Eccoci sul massiccio del Pasubio versante trentino. Certamente il percorso in automobile è stato lungo (230 km), comunque siamo stati ben ripagati dalla spettacolare fioritura trovata che ci ha accompagnato per tutta la giornata. I panorami che spaziavano a 360° su tutte le cime ancora imbiancate, tra le più famose Carrè Alto, Dolomiti di Brenta, Marmolada, Cima D’asta, Pale di San Martino, Grappa e naturalmente i dirimpettai Pasubio, Carega e Baldo. Sosta sulla cima del Col Santo, per i pranzo al sacco, quindi scesi al rifugio Lancia con fermata per un veloce ristoro. Ripartiti prendiamo il sentiero che per un breve tratto sale portandoci in pochi minuti nell’amena Alpe Alba, tra pascoli punteggiati qua e la con le sue caratteristiche costruzioni in pietra ricavate da ex ricoveri della grande guerra, arrivando alle auto verso le 15,30 dopo sei ore d’escursione.

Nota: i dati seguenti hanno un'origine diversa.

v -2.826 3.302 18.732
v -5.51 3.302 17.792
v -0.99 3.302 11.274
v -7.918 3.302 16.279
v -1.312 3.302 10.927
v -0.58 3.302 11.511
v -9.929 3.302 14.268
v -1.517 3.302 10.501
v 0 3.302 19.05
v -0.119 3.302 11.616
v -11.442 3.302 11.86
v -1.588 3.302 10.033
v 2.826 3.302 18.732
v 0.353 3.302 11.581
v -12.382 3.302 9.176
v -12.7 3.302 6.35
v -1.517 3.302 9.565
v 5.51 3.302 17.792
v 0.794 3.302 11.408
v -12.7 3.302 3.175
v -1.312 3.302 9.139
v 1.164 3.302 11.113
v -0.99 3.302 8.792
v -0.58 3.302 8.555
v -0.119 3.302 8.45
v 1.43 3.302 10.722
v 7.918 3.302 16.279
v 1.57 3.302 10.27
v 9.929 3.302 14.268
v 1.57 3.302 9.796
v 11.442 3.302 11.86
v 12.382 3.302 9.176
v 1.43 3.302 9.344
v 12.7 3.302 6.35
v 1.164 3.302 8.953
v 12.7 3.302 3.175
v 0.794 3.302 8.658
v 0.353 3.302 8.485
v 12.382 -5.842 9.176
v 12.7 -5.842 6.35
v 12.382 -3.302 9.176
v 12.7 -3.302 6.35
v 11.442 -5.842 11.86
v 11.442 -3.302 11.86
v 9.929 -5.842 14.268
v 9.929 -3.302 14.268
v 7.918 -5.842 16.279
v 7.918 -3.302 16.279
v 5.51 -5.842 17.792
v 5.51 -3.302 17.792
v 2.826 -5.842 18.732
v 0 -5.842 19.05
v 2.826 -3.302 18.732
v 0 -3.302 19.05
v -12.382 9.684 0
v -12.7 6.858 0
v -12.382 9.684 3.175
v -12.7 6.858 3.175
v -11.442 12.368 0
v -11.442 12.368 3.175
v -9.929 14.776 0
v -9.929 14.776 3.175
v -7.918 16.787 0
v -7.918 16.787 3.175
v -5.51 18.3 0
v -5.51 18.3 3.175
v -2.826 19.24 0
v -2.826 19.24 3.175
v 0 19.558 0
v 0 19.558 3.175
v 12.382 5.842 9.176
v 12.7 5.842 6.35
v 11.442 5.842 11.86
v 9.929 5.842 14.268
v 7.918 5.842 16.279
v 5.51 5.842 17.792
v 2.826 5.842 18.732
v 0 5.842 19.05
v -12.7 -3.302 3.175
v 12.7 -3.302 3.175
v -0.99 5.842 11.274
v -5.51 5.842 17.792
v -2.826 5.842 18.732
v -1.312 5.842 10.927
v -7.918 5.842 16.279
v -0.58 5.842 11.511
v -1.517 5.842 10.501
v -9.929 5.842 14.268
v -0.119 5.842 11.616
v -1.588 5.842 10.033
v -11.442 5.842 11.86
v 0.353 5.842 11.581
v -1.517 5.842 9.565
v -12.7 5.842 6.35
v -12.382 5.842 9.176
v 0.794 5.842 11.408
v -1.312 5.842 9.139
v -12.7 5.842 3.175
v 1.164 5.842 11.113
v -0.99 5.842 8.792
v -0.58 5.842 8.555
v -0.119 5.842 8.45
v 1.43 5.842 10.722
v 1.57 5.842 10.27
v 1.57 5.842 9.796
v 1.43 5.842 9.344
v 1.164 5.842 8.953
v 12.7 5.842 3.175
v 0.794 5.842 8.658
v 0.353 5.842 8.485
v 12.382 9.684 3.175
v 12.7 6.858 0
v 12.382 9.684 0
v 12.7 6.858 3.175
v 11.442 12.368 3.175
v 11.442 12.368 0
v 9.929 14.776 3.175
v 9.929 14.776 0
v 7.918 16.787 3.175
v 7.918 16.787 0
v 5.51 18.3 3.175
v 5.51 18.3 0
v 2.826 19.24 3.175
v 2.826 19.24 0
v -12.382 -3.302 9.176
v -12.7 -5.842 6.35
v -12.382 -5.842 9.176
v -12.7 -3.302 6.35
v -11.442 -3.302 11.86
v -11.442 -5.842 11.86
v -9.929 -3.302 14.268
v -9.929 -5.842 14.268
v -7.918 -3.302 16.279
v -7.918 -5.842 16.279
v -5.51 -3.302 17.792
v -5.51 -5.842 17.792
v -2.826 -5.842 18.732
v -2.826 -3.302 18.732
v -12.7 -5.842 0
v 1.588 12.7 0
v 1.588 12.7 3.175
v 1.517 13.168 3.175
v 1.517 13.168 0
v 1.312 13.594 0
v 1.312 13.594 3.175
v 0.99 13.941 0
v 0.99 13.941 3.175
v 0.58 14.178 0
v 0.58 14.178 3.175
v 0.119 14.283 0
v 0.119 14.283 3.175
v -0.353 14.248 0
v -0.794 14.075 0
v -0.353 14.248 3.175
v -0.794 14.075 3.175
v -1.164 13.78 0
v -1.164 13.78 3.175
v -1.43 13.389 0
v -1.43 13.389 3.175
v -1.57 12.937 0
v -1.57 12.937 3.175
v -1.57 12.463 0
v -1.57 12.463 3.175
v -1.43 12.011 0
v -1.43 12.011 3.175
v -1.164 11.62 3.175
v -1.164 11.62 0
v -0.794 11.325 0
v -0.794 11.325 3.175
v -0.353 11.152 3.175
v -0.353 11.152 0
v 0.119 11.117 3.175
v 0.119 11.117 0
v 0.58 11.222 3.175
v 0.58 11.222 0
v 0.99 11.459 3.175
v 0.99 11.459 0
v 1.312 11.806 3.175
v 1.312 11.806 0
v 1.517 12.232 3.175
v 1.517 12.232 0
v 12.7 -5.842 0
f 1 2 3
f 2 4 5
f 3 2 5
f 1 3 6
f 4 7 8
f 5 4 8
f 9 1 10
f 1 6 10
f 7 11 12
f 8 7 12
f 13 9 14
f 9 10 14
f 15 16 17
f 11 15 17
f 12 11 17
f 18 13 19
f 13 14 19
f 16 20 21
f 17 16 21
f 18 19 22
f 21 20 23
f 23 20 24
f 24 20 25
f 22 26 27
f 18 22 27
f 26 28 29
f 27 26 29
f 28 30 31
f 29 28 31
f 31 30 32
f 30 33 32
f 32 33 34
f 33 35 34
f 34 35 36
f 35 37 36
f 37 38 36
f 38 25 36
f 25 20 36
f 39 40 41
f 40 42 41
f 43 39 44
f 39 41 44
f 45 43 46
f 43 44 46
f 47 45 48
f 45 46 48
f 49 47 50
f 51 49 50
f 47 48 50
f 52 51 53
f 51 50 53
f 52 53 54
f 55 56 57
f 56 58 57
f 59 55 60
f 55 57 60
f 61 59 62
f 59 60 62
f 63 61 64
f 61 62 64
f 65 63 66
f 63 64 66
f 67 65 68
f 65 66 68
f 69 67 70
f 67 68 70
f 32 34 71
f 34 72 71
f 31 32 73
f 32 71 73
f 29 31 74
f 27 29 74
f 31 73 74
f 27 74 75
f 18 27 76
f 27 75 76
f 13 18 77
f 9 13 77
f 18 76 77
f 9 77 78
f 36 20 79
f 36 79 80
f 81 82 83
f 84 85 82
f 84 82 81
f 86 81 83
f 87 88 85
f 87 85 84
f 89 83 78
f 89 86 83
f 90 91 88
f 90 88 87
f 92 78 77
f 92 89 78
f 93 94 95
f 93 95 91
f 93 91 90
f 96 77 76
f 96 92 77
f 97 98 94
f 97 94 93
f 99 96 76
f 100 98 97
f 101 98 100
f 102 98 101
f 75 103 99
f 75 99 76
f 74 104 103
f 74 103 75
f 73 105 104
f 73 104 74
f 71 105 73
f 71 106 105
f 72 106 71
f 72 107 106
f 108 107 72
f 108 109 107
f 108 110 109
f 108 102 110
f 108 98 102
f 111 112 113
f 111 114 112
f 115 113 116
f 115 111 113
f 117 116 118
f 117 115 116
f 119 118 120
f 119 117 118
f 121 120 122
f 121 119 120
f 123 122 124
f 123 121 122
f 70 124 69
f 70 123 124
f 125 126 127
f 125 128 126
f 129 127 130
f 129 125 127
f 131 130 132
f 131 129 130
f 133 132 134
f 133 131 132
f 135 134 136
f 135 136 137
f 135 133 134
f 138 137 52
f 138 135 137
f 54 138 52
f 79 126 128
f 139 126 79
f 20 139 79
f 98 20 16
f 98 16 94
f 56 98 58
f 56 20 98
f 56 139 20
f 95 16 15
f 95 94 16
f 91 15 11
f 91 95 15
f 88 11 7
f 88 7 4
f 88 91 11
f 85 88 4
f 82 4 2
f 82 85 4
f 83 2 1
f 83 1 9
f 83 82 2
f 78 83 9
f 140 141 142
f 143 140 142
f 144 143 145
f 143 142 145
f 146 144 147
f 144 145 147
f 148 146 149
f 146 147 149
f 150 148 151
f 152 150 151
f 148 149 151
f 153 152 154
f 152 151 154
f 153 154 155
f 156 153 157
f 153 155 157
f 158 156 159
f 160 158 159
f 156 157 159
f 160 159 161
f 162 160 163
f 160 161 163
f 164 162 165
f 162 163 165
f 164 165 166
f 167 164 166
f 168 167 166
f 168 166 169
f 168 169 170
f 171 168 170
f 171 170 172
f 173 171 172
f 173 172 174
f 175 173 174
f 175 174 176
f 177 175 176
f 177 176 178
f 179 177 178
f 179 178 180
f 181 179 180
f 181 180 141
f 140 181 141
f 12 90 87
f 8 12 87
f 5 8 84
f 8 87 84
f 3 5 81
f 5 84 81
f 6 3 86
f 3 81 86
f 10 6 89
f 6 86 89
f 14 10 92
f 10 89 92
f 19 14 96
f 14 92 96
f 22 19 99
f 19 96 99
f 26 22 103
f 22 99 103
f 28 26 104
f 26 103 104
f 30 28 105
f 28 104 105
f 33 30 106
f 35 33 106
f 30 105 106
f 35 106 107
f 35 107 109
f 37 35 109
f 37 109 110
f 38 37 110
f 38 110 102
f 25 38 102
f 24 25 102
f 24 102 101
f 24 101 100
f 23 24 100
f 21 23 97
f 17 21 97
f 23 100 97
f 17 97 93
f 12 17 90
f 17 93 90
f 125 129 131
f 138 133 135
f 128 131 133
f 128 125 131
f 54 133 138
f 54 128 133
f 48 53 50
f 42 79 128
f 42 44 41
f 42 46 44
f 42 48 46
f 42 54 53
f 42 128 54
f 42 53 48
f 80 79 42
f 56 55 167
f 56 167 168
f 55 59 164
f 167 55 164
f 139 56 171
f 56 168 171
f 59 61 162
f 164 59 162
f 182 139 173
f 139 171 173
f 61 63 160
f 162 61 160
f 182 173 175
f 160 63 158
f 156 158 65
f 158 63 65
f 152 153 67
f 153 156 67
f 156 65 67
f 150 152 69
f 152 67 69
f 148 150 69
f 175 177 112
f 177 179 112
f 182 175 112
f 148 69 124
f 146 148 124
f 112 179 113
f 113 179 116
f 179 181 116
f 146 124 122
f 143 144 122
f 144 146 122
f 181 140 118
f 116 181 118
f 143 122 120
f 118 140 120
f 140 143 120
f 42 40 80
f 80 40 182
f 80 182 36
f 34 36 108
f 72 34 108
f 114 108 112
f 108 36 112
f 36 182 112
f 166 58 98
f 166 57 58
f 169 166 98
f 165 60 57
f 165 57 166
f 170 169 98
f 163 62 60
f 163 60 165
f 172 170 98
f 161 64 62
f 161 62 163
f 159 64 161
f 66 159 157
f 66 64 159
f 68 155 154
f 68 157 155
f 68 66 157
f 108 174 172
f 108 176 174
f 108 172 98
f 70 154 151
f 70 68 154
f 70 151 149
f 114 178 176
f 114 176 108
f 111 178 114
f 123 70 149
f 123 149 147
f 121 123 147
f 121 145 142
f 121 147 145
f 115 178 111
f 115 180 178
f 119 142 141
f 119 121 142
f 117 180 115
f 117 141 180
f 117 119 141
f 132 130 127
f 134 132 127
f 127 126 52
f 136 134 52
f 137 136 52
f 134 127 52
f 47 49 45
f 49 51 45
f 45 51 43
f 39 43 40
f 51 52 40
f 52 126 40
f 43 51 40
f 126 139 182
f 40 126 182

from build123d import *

# Parameters (mm, degrees)
F0_W     = 25.4
F0_H     = 6.604
F1_DEPTH = 3.175
F0_H_2   = 13.716
F0_H_3   = 2.54
F2_DEPTH = 19.05
F3_R     = 12.69999
F4_R     = 1.5875
F5_DEPTH = 25.4
F6_R     = 1.5875
F7_DEPTH = 2.54


# Not quite as in the source:
# - a fillet or chamfer is up to 0.001 mm smaller than in the source, because OpenCascade refuses the exact size


with BuildPart() as f1:
    # F0 (on Top) → F1 (new body)
    with BuildSketch(Plane.XY):
        Rectangle(F0_W, F0_H)
    extrude(amount=F1_DEPTH)



with BuildPart() as f1b:
    # F0 (on Top) → F1, piece 2 (new body)
    with BuildSketch(Plane.XY):
        with Locations((0, 12.7)):
            Rectangle(F0_W, F0_H_2)
    extrude(amount=F1_DEPTH)


with BuildPart() as f1_1:
    add(f1.part)

    add(f1b.part)  # F2 merges F1b
    # F0 (on Top) → F2 (join)
    with BuildSketch(Plane.XY):
        with Locations((0, -4.572)):
            Rectangle(F0_W, F0_H_3)
        with Locations((0, 4.572)):
            Rectangle(F0_W, F0_H_3)
    extrude(amount=F2_DEPTH)

    # F3 (radius 12.7 in the source; OpenCascade refuses exactly that, so slightly less here)
    f3_edges = [f1_1.edges().sort_by_distance(p)[0] for p in [
        (12.7, -4.572, 19.05),
        (12.7, 4.572, 19.05),
        (-12.7, -4.572, 19.05),
        (-12.7, 4.572, 19.05),
        (12.7, 19.558, 1.5875),
        (-12.7, 19.558, 1.5875),
    ]]
    fillet(f3_edges, radius=F3_R)

    # F4 (on face) → F5 (cut)
    with BuildSketch(Plane.XY.offset(3.175)):
        with Locations((0, 12.7)):
            Circle(F4_R)
    extrude(amount=-F5_DEPTH, mode=Mode.SUBTRACT)

    # F6 (on face) → F7 (cut, through all)
    with BuildSketch(Plane(origin=(0, 5.842, 0), x_dir=(-1, 0, 0), z_dir=(0, 1, 0))):
        with Locations((0, 10.033)):
            Circle(F6_R)
    extrude(amount=-F7_DEPTH, mode=Mode.SUBTRACT)


solid = f1_1.part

Una strepitosa fioritura di paradisia.
Col Santo e Pasubio con i primi rododendri.
Ammirando il panorama.
Pulsantilla alpina, protesa verso l'azzurro.
In vetta al Col Santo.
Ancora neve scendendo verso il Rifugio Lancia.
Chiesetta alpina del rifugio.
Coppia d'Orchidee.
Costruzione con tetto a botte su ex ricovero militare della grande guerra.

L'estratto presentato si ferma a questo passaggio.